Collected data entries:
·····

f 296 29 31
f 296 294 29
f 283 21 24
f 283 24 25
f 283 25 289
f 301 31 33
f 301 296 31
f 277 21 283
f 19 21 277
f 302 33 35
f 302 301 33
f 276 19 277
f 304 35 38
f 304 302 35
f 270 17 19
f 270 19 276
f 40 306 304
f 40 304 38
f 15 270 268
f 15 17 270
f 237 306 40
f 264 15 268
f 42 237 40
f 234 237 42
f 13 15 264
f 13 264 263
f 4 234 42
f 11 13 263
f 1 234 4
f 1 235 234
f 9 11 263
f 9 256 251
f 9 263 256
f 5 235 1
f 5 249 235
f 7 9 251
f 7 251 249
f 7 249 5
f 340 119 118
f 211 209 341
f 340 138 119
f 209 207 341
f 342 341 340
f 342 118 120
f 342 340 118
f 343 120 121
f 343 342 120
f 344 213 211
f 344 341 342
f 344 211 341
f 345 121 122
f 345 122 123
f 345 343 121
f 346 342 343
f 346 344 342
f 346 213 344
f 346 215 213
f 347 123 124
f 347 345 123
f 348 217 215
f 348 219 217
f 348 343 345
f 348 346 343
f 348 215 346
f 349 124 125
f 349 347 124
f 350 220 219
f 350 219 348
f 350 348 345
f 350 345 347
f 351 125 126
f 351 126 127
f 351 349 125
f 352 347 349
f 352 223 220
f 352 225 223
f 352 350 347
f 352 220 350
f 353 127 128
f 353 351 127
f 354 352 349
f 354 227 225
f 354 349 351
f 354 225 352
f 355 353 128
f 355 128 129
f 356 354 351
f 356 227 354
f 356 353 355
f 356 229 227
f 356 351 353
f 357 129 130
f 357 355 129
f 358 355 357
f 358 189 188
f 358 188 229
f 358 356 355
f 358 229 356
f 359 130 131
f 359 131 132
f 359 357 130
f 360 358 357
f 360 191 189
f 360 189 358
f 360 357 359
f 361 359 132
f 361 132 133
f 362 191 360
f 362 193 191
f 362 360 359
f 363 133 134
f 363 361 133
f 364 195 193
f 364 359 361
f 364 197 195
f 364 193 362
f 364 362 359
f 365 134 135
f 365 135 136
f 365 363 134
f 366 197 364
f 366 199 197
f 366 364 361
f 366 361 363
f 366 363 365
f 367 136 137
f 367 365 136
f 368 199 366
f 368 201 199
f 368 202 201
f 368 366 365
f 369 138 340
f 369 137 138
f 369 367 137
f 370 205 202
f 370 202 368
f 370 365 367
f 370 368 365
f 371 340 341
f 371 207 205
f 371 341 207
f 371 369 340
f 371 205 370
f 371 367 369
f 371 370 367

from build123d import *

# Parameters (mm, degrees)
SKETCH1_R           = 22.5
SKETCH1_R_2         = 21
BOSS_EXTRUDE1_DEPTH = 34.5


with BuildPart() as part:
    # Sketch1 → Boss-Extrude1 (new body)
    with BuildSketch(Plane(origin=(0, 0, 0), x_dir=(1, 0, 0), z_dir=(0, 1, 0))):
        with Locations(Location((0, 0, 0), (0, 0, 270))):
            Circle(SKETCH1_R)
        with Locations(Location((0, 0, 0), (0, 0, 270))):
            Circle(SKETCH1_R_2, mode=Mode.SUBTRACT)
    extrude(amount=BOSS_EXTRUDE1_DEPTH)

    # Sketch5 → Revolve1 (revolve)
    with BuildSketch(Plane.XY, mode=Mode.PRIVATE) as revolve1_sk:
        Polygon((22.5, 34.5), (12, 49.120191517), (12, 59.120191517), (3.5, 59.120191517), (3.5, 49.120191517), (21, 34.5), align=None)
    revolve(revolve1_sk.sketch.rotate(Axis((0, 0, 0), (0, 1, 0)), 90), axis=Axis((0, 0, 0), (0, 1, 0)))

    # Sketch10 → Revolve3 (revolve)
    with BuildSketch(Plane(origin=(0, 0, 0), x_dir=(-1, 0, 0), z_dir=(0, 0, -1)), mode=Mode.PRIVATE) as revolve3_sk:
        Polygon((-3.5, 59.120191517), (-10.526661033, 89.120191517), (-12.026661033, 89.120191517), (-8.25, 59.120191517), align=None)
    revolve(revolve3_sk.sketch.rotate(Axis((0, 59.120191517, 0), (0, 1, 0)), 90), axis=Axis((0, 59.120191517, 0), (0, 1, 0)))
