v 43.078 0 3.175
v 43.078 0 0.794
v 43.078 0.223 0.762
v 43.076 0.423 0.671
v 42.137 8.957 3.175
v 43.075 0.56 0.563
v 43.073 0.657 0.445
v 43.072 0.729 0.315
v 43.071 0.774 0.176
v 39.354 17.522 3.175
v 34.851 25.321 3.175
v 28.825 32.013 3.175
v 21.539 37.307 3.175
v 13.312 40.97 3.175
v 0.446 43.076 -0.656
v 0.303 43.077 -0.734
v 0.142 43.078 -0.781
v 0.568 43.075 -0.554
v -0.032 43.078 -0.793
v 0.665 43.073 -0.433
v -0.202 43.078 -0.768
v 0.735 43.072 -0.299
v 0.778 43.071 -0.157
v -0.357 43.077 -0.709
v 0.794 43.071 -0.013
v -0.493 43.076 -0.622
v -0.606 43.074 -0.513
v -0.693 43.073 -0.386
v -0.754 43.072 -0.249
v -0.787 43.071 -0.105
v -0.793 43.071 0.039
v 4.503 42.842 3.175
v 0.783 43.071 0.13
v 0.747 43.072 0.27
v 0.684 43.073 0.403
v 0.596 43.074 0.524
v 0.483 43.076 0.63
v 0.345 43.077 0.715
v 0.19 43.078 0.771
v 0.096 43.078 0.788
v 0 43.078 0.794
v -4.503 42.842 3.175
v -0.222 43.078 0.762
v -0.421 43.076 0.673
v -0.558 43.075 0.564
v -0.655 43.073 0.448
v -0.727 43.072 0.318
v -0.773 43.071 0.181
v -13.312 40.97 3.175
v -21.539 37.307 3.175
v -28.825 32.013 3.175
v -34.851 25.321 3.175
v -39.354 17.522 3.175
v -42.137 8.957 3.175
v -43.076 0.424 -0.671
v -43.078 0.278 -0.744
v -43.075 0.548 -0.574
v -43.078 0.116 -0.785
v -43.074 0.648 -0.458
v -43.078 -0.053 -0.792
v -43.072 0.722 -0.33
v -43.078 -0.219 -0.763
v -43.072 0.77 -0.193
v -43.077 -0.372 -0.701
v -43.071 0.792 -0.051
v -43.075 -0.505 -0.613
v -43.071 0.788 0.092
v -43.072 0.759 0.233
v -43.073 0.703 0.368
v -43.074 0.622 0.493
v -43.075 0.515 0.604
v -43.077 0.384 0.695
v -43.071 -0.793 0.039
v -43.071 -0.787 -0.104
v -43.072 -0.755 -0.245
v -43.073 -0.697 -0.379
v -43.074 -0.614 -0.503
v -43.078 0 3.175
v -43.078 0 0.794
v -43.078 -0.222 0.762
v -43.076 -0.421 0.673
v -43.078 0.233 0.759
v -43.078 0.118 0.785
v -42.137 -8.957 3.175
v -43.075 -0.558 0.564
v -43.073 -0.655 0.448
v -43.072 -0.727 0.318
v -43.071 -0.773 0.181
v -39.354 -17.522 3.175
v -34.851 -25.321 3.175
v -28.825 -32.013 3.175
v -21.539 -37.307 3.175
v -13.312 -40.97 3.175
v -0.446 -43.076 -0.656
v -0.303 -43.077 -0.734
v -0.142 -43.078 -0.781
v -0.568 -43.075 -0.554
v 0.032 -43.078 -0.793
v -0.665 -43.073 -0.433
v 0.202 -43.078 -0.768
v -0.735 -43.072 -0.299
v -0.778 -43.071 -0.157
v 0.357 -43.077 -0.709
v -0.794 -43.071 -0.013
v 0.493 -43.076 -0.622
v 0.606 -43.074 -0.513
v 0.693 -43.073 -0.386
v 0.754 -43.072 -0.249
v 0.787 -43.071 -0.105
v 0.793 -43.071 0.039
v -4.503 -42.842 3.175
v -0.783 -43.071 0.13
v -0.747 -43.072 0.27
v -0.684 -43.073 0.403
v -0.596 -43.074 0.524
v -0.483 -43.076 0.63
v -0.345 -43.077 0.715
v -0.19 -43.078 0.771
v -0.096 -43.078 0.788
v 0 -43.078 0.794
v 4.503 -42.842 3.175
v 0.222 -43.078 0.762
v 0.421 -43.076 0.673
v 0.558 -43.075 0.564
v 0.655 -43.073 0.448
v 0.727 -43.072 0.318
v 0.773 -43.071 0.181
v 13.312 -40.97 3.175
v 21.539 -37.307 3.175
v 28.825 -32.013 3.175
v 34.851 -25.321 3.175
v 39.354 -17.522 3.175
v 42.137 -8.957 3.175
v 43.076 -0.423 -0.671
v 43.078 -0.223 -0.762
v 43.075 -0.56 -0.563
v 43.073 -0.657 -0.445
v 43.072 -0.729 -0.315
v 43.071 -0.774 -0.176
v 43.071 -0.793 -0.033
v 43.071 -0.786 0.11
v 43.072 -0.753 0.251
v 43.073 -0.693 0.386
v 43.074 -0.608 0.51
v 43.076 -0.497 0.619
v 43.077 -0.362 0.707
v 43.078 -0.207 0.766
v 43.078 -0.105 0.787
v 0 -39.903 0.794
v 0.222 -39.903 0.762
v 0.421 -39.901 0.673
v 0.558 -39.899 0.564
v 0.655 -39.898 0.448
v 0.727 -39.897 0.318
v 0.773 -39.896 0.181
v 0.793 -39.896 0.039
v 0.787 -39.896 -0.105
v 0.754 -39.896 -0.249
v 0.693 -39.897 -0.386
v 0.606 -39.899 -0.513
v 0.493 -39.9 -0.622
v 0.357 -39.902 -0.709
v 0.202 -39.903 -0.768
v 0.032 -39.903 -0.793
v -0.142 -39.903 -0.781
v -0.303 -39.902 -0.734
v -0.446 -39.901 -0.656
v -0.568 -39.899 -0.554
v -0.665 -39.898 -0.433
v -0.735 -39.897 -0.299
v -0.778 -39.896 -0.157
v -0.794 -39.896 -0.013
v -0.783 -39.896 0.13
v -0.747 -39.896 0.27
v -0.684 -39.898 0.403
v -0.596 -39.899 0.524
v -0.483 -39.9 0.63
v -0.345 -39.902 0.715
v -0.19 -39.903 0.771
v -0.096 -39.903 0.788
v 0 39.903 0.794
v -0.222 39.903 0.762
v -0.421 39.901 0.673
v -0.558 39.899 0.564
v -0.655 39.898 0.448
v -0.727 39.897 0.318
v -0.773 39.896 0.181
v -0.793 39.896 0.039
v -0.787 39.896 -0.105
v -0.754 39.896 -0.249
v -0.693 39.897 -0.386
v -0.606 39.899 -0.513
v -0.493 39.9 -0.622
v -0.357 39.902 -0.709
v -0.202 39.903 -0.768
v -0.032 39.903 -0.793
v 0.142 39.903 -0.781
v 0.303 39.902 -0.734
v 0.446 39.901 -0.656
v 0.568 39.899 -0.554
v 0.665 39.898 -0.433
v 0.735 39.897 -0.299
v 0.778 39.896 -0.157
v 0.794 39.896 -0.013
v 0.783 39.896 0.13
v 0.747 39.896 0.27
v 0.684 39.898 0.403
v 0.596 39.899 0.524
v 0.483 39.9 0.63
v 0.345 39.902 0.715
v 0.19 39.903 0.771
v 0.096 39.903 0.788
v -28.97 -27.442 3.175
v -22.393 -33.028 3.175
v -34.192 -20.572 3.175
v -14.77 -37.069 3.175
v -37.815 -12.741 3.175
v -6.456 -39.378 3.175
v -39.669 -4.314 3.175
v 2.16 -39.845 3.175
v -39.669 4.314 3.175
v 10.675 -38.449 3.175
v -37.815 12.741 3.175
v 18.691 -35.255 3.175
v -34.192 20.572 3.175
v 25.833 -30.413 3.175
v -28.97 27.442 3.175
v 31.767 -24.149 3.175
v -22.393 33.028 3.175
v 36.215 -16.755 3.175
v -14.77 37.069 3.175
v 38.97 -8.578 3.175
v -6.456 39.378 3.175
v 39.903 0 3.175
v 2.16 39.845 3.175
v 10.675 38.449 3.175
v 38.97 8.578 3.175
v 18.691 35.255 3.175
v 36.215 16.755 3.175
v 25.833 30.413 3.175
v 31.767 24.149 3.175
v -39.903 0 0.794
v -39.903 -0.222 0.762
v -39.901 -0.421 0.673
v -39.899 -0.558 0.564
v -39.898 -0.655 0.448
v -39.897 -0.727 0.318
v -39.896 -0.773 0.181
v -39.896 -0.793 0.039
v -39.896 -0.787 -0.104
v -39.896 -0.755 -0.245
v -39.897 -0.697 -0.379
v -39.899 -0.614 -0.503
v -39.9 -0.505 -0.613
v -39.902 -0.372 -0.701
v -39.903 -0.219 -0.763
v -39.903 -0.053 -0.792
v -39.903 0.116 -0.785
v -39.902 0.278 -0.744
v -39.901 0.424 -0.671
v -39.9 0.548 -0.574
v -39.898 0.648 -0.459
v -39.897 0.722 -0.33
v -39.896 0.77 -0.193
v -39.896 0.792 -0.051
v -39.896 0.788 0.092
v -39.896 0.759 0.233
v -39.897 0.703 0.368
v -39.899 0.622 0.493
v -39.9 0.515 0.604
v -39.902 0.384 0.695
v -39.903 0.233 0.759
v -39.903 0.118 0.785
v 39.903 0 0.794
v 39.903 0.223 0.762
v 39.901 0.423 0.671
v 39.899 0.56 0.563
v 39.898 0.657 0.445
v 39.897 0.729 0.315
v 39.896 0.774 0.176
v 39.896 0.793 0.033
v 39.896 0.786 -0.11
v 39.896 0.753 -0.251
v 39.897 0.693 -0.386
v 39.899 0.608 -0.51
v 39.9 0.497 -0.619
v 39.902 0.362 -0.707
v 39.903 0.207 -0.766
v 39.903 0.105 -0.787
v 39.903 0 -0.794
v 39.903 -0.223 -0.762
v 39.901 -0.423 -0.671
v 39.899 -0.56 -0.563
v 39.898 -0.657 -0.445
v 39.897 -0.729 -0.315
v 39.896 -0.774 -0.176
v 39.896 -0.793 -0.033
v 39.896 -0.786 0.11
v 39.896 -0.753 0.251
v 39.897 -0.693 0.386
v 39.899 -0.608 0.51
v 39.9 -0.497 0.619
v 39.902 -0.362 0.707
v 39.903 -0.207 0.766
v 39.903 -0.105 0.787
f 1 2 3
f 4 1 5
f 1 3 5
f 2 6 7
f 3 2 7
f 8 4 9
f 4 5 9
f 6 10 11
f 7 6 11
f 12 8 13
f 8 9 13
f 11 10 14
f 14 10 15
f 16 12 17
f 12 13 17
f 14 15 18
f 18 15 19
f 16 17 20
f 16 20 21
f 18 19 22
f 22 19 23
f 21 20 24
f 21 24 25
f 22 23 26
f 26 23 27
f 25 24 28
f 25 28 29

·····

[PROBLEM DETAILS]:
With the line that has "v -34.851 25.321 3.175" as the first and the line that has "v -4.503 -42.842 3.175" as the last, repeat exactly that run of lines above and no more.

[TASK OUTPUT]:
v -34.851 25.321 3.175
v -39.354 17.522 3.175
v -42.137 8.957 3.175
v -43.076 0.424 -0.671
v -43.078 0.278 -0.744
v -43.075 0.548 -0.574
v -43.078 0.116 -0.785
v -43.074 0.648 -0.458
v -43.078 -0.053 -0.792
v -43.072 0.722 -0.33
v -43.078 -0.219 -0.763
v -43.072 0.77 -0.193
v -43.077 -0.372 -0.701
v -43.071 0.792 -0.051
v -43.075 -0.505 -0.613
v -43.071 0.788 0.092
v -43.072 0.759 0.233
v -43.073 0.703 0.368
v -43.074 0.622 0.493
v -43.075 0.515 0.604
v -43.077 0.384 0.695
v -43.071 -0.793 0.039
v -43.071 -0.787 -0.104
v -43.072 -0.755 -0.245
v -43.073 -0.697 -0.379
v -43.074 -0.614 -0.503
v -43.078 0 3.175
v -43.078 0 0.794
v -43.078 -0.222 0.762
v -43.076 -0.421 0.673
v -43.078 0.233 0.759
v -43.078 0.118 0.785
v -42.137 -8.957 3.175
v -43.075 -0.558 0.564
v -43.073 -0.655 0.448
v -43.072 -0.727 0.318
v -43.071 -0.773 0.181
v -39.354 -17.522 3.175
v -34.851 -25.321 3.175
v -28.825 -32.013 3.175
v -21.539 -37.307 3.175
v -13.312 -40.97 3.175
v -0.446 -43.076 -0.656
v -0.303 -43.077 -0.734
v -0.142 -43.078 -0.781
v -0.568 -43.075 -0.554
v 0.032 -43.078 -0.793
v -0.665 -43.073 -0.433
v 0.202 -43.078 -0.768
v -0.735 -43.072 -0.299
v -0.778 -43.071 -0.157
v 0.357 -43.077 -0.709
v -0.794 -43.071 -0.013
v 0.493 -43.076 -0.622
v 0.606 -43.074 -0.513
v 0.693 -43.073 -0.386
v 0.754 -43.072 -0.249
v 0.787 -43.071 -0.105
v 0.793 -43.071 0.039
v -4.503 -42.842 3.175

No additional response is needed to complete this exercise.